There are of course directors who richly deserve their designation as Masters, starting with Jean-Luc Godard’s Adieu au langage, which probably could not be programmed anywhere else (except for maybe Wavelengths). Probably nobody would begrudge the presence of his fellow octogenarian Im Kwon-Taek, who has made 102 films – even more than Michael Winterbottom – and has been working at a high level for the past decade or so. Kryztof Zanussi, one of the last men standing from the Polish New Wave of the 1960s, has made his first movie in a long time with Foreign Body, and it’s a nice gesture of respect to place him in Masters (as well as providing continuity with this summer’s Lightbox retrospective on Polish cinema).
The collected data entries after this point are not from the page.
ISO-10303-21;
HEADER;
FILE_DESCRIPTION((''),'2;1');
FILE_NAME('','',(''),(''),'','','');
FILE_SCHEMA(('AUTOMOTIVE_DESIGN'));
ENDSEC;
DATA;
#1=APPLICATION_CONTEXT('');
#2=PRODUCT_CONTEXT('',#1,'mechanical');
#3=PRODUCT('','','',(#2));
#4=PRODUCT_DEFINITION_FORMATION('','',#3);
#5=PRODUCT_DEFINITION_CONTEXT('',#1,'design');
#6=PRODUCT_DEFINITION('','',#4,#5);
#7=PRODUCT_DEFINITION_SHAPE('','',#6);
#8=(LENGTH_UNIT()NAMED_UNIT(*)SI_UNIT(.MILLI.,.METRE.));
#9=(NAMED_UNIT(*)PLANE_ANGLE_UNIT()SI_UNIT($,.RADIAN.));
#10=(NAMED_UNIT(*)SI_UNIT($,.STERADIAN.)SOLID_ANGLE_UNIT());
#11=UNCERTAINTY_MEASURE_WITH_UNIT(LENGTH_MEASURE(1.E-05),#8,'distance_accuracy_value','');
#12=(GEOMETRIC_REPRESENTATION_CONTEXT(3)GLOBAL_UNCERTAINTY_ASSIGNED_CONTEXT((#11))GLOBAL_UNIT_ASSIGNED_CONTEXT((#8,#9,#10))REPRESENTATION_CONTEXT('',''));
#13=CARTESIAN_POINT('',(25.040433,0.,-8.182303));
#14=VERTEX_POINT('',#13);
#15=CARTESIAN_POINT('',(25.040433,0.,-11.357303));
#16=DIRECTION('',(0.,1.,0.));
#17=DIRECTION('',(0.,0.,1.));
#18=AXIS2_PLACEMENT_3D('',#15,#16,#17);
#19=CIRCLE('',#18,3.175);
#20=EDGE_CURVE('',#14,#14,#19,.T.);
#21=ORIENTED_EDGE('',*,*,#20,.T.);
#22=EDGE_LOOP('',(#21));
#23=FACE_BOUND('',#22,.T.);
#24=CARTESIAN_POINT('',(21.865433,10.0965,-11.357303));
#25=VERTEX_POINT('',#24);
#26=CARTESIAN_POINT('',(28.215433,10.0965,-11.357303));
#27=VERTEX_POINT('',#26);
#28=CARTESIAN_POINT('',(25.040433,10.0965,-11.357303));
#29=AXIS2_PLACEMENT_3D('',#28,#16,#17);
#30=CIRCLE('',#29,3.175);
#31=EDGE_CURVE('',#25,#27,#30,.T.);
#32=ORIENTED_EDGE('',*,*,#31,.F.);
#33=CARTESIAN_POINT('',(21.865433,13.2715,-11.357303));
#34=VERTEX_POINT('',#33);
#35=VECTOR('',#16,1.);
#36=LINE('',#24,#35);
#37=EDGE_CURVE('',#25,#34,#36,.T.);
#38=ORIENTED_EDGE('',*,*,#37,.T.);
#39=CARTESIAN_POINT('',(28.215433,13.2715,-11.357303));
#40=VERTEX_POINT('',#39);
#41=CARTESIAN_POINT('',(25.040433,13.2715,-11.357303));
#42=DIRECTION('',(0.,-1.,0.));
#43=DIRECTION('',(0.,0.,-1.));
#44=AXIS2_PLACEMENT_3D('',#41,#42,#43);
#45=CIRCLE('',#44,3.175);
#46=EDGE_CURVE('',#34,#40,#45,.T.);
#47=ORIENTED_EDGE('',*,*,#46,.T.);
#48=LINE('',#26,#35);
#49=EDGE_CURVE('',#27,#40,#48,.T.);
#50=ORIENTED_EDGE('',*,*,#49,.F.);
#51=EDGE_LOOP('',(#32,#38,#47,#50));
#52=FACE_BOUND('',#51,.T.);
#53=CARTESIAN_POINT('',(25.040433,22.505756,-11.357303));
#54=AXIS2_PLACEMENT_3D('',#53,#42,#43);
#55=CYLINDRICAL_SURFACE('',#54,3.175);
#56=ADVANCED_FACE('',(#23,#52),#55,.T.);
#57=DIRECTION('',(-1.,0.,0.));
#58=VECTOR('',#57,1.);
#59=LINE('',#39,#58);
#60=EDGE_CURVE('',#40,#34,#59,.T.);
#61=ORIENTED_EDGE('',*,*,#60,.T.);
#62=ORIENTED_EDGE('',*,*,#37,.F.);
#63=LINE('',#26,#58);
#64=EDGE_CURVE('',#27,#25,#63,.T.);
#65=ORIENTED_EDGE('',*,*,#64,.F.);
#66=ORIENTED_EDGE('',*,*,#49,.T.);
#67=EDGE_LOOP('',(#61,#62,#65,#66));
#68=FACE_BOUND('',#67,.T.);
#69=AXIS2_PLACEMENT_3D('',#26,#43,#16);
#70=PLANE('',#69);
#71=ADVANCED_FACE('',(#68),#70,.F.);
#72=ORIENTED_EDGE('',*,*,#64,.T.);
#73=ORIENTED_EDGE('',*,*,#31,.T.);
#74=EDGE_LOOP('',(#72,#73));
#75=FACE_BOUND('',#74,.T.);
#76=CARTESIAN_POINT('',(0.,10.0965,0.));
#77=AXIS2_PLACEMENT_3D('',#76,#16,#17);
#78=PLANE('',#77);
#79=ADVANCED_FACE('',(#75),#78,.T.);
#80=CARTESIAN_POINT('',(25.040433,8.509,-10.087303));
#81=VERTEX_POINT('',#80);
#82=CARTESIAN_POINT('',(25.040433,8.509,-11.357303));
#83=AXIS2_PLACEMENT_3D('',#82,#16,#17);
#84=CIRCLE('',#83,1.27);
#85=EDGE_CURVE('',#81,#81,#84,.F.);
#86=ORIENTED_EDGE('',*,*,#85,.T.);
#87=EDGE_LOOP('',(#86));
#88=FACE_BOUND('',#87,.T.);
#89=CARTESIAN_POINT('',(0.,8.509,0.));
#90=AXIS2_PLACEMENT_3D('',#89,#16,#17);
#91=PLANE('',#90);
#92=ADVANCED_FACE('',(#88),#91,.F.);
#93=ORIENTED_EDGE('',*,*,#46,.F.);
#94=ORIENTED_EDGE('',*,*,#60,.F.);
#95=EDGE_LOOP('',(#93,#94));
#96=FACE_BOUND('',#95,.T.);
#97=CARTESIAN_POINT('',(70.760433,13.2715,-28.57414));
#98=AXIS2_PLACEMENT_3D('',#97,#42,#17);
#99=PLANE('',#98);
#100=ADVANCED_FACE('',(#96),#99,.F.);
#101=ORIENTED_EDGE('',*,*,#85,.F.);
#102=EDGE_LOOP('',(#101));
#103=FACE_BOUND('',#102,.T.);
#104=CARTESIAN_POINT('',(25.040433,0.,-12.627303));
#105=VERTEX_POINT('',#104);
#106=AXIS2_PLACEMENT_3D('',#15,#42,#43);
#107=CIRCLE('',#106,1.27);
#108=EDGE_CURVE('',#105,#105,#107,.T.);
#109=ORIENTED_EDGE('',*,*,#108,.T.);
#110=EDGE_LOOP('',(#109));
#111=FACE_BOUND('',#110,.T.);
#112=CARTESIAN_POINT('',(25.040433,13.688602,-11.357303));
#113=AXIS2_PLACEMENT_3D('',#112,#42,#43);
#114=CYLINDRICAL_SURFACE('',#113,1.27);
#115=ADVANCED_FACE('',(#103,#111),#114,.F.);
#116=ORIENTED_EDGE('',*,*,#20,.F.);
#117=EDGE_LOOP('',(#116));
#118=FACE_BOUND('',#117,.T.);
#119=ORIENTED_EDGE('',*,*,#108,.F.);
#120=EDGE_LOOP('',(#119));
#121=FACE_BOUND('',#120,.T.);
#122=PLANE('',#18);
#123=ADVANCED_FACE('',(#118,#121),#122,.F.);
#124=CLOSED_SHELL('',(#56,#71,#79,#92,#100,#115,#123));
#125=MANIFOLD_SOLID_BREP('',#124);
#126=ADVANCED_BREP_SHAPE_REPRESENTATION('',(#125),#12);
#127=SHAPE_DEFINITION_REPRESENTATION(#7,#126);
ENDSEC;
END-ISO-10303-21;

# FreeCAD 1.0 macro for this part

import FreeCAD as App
import Part
import Sketcher

V = App.Vector
Q = App.Units.Quantity


def add_polygon(sketch, points):
    """Adds a closed chain of lines whose ends are joined by coincident constraints."""
    first, n = sketch.GeometryCount, len(points)
    for a, b in zip(points, points[1:] + points[:1]):
        sketch.addGeometry(Part.LineSegment(App.Vector(*a, 0), App.Vector(*b, 0)), False)
    for i in range(n):
        sketch.addConstraint(Sketcher.Constraint("Coincident", first + i, 2, first + (i + 1) % n, 1))

doc = App.newDocument("Part")
body = doc.addObject("PartDesign::Body", "Body")

# Sketch on XZ plane
sketch1 = doc.addObject("Sketcher::SketchObject", "Sketch")
body.addObject(sketch1)
sketch1.AttachmentSupport = (doc.XZ_Plane, [""])
sketch1.MapMode = "FlatFace"
sketch1.addGeometry(Part.Circle(V(25, -11.4, 0), V(0, 0, 1), 3.2), False)
sketch1.addConstraint([
    Sketcher.Constraint("Diameter", 0, Q("0.25 in")),
    Sketcher.Constraint("DistanceX", -1, 1, 0, 3, Q("25.040433 mm")),
    Sketcher.Constraint("DistanceY", 0, 3, -1, 1, Q("11.357303 mm")),
])
pad1 = doc.addObject("PartDesign::Pad", "Pad")
body.addObject(pad1)
pad1.Profile = sketch1
pad1.Length = Q("0.5225 in")
pad1.Reversed = True

# Sketch on XZ plane
sketch2 = doc.addObject("Sketcher::SketchObject", "Sketch001")
body.addObject(sketch2)
sketch2.AttachmentSupport = (doc.XZ_Plane, [""])
sketch2.MapMode = "FlatFace"
sketch2.AttachmentOffset = App.Placement(V(0, 0, -0.5225 * 25.4), App.Rotation())
add_polygon(sketch2, [(21.9, -11.4), (21.9, -6.8), (28.2, -6.8), (28.2, -11.4)])  # lines 0-3
sketch2.addConstraint([
    Sketcher.Constraint("Vertical", 0),
    Sketcher.Constraint("Horizontal", 1),
    Sketcher.Constraint("Vertical", 2),
    Sketcher.Constraint("Horizontal", 3),
    Sketcher.Constraint("DistanceX", 1, 1, 1, 2, Q("0.25 in")),
    Sketcher.Constraint("DistanceY", 0, 1, 0, 2, Q("4.534298 mm")),
    Sketcher.Constraint("DistanceX", -1, 1, 0, 2, Q("21.865433 mm")),
    Sketcher.Constraint("DistanceY", 0, 2, -1, 1, Q("6.823006 mm")),
])
pocket1 = doc.addObject("PartDesign::Pocket", "Pocket")
body.addObject(pocket1)
pocket1.Profile = sketch2
pocket1.Length = Q("0.125 in")
pocket1.Reversed = True

# Sketch on XZ plane
sketch3 = doc.addObject("Sketcher::SketchObject", "Sketch002")
body.addObject(sketch3)
sketch3.AttachmentSupport = (doc.XZ_Plane, [""])
sketch3.MapMode = "FlatFace"
sketch3.addGeometry(Part.Circle(V(25, -11.4, 0), V(0, 0, 1), 1.3), False)
sketch3.addConstraint([
    Sketcher.Constraint("Diameter", 0, Q("0.1 in")),
    Sketcher.Constraint("DistanceX", -1, 1, 0, 3, Q("25.040433 mm")),
    Sketcher.Constraint("DistanceY", 0, 3, -1, 1, Q("11.357303 mm")),
])
pocket2 = doc.addObject("PartDesign::Pocket", "Pocket001")
body.addObject(pocket2)
pocket2.Profile = sketch3
pocket2.Length = Q("0.335 in")

doc.recompute()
On the younger side, it’s wonderful to see the indefatigable Hong Sang Soo recognized for the almost impossible high level of consistency he’s displayed over the last twenty years (he’s like Spoon of South Korean cinema). Hong’s stock in trade is variations on a theme, and Hill of Freedom is reportedly another wry comedy of desire – and probably more or less as masterful as all the rest.
Ultimately, it seems that one of the less ephemeral factors underwriting Masters is that the films, whatever their respective qualities or the rising and falling reputations of their makers, are ones that need the attendant patina of artistic prestige to attract an audience. Consider that Jean-Pierre and Luc Dardenne, master filmmakers by any measuring stick, are screening Two Days, One Night in the Special Presentations section, likely because the presence of star Marion Cotillard attracts a level of red-carpet attention; ditto Olivier Assayas and Clouds of Sils Maria, which features Juliette Binoche and Kristen Stewart. Both of these films were defeated at Cannes by Nuri Bilge Ceylan’s Winter Sleep, which is in Masters. The point is not that Ceylan is (more) of a master than the Dardennes or Assayas, but that a three-hour Turkish drama with no movie stars needs the contextualization of mastery to sell tickets, whereas the more seemingly accessible French works do not.
The most publicized 2014 Masters title is Trick Or Treaty?, by Alanis Obomsawin. She’s one of only two female filmmakers in the programme (the other being Ann Hui), but more significantly, it’s the first time that a Native Canadian filmmaker has been so honored. (She’s also the only Canadian in the section period, since Master David Cronenberg has big enough stars in his movie to warrant a Gala). And yet Trick or Treaty? doesn’t feel like a political selection so much as an acknowledgement of a large body of work that’s always been formally and intellectually rigorous but often overshadowed at film festivals – including TIFF. It’s a good call, and it almost makes up for the inclusion of Bent Hamer. Almost.